Go through the following data and transcribe exactly the stretch of lines from the one holding "v 11.805 0 39.798" to the one holding "v -66.005 17.109 0", both included.

# # #

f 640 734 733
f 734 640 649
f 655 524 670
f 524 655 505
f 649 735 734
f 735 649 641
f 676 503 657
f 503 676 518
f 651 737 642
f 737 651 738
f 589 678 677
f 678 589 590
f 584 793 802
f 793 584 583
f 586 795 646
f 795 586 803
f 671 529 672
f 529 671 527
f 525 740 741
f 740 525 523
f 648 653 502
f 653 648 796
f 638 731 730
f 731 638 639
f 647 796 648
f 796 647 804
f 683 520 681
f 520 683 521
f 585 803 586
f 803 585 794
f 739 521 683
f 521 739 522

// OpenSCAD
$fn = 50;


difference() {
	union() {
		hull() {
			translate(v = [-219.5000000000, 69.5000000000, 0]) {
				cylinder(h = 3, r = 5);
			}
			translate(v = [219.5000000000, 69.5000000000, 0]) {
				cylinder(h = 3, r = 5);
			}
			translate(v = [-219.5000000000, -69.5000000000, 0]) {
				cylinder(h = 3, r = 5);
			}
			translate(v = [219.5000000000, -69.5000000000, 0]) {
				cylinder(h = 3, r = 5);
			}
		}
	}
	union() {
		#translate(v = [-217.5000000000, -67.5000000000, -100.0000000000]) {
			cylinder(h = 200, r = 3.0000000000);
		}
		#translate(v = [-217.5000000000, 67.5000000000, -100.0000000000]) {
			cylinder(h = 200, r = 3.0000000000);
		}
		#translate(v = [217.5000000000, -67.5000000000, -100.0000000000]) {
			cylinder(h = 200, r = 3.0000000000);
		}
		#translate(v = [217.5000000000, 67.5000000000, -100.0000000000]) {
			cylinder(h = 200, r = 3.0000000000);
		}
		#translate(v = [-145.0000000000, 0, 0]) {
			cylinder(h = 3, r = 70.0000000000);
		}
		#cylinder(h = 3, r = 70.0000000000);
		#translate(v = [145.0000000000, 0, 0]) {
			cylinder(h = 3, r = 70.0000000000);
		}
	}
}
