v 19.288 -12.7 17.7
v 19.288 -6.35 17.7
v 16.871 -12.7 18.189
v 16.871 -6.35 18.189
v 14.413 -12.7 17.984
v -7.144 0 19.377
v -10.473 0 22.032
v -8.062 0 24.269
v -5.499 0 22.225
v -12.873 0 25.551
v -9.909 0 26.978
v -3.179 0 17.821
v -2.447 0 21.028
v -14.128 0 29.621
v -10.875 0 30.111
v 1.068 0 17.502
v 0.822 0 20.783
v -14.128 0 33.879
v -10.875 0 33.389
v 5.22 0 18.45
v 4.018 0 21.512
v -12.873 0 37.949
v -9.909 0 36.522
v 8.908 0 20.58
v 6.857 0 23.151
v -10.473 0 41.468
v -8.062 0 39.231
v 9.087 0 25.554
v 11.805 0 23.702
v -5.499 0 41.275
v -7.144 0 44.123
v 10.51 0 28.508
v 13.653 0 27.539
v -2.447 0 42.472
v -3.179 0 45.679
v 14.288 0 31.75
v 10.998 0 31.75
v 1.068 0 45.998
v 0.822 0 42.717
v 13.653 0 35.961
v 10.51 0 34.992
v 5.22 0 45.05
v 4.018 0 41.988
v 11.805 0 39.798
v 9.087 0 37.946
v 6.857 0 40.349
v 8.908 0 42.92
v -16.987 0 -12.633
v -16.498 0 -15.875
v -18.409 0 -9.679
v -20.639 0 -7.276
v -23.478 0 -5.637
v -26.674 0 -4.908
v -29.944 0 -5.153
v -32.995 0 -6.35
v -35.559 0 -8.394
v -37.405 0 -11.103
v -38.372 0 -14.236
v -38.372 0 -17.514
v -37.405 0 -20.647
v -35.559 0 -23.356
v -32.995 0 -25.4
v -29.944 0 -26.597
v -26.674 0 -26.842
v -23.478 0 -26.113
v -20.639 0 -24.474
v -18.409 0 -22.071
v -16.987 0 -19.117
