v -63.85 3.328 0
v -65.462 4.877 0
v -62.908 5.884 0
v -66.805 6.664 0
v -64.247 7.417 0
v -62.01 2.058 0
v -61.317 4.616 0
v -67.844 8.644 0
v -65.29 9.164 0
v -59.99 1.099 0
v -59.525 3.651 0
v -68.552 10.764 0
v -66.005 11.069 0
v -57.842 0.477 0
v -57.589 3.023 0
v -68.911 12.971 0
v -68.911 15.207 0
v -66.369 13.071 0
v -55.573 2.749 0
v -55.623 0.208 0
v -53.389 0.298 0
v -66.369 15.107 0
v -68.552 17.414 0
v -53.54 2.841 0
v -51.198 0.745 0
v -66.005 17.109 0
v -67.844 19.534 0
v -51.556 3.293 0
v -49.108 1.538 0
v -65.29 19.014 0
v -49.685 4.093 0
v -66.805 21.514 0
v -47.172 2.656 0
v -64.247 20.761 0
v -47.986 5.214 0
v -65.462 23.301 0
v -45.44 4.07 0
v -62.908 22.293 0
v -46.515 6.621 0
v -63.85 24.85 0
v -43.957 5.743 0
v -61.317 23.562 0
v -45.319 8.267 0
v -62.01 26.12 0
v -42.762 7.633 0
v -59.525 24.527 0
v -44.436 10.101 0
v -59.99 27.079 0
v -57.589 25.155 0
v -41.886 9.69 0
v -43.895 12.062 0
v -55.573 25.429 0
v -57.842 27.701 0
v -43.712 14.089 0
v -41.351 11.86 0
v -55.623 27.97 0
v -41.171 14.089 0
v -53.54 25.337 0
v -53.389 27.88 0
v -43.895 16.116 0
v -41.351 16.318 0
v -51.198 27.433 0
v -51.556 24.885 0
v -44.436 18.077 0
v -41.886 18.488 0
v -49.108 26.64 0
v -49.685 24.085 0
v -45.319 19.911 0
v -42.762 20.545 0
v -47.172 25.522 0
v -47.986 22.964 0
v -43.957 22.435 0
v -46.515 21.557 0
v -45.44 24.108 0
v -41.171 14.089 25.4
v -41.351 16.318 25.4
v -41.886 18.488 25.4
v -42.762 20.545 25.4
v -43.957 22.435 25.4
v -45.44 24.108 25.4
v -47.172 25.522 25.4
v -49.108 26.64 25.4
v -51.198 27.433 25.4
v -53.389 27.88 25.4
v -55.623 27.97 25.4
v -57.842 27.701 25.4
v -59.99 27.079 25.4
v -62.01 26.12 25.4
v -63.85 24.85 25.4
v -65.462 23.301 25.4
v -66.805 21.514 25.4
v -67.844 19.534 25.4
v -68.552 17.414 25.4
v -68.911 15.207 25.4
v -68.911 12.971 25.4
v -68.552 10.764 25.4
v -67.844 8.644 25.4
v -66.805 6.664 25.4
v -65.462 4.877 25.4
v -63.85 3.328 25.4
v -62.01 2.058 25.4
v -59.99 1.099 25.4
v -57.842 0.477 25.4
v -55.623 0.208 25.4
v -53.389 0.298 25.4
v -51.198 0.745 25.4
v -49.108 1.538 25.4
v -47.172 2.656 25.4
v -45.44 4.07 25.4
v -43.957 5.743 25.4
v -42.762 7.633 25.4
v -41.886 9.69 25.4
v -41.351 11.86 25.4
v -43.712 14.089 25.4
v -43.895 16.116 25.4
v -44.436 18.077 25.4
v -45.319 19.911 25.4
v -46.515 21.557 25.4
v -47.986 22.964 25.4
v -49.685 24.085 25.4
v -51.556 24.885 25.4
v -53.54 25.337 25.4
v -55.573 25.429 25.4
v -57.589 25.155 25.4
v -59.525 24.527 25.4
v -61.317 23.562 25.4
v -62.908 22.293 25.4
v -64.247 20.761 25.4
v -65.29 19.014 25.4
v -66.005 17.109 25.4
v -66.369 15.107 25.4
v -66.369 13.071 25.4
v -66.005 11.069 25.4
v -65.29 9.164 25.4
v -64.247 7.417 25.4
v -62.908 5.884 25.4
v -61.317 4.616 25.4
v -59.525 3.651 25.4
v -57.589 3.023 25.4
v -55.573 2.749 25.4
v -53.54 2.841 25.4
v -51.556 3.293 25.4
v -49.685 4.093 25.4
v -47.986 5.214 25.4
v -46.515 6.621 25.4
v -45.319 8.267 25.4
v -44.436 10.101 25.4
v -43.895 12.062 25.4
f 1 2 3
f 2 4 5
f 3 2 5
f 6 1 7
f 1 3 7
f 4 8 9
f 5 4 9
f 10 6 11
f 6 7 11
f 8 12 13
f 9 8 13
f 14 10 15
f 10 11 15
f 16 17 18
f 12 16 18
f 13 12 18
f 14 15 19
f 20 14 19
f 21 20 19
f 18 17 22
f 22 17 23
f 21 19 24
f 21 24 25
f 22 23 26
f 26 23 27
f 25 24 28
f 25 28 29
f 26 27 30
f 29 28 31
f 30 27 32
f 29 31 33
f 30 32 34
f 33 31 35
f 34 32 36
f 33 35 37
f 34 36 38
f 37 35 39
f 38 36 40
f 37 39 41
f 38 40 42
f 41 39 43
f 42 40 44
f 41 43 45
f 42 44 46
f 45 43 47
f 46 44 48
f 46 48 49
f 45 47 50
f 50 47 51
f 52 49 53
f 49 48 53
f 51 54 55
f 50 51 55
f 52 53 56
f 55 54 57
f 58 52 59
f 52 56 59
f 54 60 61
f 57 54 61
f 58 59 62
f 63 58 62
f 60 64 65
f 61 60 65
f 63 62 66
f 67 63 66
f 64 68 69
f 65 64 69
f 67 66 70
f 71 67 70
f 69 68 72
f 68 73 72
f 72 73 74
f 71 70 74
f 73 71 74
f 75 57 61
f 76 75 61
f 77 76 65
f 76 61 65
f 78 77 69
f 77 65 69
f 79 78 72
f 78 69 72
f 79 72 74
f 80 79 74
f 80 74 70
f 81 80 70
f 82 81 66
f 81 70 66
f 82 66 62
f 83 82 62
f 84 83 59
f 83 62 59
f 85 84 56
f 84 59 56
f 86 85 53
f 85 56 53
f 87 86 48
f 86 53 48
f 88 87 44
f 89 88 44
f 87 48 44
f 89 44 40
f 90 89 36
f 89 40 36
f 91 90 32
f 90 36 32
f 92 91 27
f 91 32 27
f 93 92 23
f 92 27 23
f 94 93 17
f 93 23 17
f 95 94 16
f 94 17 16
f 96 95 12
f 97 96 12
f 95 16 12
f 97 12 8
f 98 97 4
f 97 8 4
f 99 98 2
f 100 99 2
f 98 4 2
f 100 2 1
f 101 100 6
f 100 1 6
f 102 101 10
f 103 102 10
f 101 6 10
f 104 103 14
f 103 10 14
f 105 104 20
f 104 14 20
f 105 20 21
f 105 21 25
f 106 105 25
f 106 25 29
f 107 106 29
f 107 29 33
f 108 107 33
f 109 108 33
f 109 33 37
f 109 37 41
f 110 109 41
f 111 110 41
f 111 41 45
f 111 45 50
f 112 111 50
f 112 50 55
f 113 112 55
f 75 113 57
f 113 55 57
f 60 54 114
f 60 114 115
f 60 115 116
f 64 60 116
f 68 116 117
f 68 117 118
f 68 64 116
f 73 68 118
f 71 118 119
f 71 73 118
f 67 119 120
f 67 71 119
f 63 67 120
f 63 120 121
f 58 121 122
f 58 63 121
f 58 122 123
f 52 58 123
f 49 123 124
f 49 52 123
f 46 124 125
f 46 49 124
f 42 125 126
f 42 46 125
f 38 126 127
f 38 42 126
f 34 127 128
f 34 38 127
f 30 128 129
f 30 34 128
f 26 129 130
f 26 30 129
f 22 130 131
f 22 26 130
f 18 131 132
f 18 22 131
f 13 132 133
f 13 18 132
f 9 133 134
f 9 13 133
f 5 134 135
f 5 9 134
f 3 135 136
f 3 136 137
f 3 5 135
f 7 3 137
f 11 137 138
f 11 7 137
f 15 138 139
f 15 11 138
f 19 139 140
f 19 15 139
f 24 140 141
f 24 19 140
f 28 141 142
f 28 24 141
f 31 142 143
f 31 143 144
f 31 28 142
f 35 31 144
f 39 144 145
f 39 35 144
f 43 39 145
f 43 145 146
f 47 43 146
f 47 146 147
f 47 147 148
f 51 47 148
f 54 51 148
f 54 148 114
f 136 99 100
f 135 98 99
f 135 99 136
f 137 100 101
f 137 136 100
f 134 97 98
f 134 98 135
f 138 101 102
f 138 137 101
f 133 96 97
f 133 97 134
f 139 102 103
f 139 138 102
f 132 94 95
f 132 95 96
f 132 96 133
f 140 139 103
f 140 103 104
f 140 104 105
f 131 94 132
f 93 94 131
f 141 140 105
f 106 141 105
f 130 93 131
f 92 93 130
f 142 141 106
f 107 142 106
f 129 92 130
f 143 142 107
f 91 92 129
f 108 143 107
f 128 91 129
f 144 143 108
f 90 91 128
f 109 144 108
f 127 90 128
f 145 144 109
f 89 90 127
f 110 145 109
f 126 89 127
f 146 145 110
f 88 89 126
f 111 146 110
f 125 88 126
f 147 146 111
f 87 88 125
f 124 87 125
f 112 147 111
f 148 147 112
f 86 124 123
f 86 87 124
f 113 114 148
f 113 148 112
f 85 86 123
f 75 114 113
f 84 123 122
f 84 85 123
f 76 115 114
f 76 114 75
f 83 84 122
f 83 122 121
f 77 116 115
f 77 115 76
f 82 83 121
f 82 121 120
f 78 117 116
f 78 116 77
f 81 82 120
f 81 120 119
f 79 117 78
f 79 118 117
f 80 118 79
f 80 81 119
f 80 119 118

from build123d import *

# Parameters (mm, degrees)
F3_R     = 11.3510766414
F4_DEPTH = 25.4
F0_R     = 13.8925555002
F0_R_2   = 11.3510766414
F5_R     = 11.3510766414
F6_DEPTH = 25.401


with BuildPart() as f4:
    # F3 (on face) → F4 (new body)
    with BuildSketch(Plane.XY):
        with Locations((-55.0634227693, 14.0889985487)):
            Circle(F3_R)
    extrude(amount=F4_DEPTH)

    # F5 (on face) → F6 (cut, through all)
    with BuildSketch(Plane.XY.offset(25.4)):
        with Locations((-55.0634227693, 14.0889985487)):
            Circle(F5_R)
    extrude(amount=-F6_DEPTH, mode=Mode.SUBTRACT)


with BuildPart() as f4b:
    # F0 (on Top) → F4, piece 2 (new body)
    with BuildSketch(Plane.XY):
        with Locations((-55.0634227693, 14.0889985487)):
            Circle(F0_R)
        with Locations((-55.0634227693, 14.0889985487)):
            Circle(F0_R_2, mode=Mode.SUBTRACT)
    extrude(amount=F4_DEPTH)


solid = f4b.part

# # #

• [COMPLETED EXERCISE]:
v 11.805 0 39.798
v 9.087 0 37.946
v 6.857 0 40.349
v 8.908 0 42.92
v -16.987 0 -12.633
v -16.498 0 -15.875
v -18.409 0 -9.679
v -20.639 0 -7.276
v -23.478 0 -5.637
v -26.674 0 -4.908
v -29.944 0 -5.153
v -32.995 0 -6.35
v -35.559 0 -8.394
v -37.405 0 -11.103
v -38.372 0 -14.236
v -38.372 0 -17.514
v -37.405 0 -20.647
v -35.559 0 -23.356
v -32.995 0 -25.4
v -29.944 0 -26.597
v -26.674 0 -26.842
v -23.478 0 -26.113
v -20.639 0 -24.474
v -18.409 0 -22.071
v -16.987 0 -19.117
v -63.85 3.328 0
v -65.462 4.877 0
v -62.908 5.884 0
v -66.805 6.664 0
v -64.247 7.417 0
v -62.01 2.058 0
v -61.317 4.616 0
v -67.844 8.644 0
v -65.29 9.164 0
v -59.99 1.099 0
v -59.525 3.651 0
v -68.552 10.764 0
v -66.005 11.069 0
v -57.842 0.477 0
v -57.589 3.023 0
v -68.911 12.971 0
v -68.911 15.207 0
v -66.369 13.071 0
v -55.573 2.749 0
v -55.623 0.208 0
v -53.389 0.298 0
v -66.369 15.107 0
v -68.552 17.414 0
v -53.54 2.841 0
v -51.198 0.745 0
v -66.005 17.109 0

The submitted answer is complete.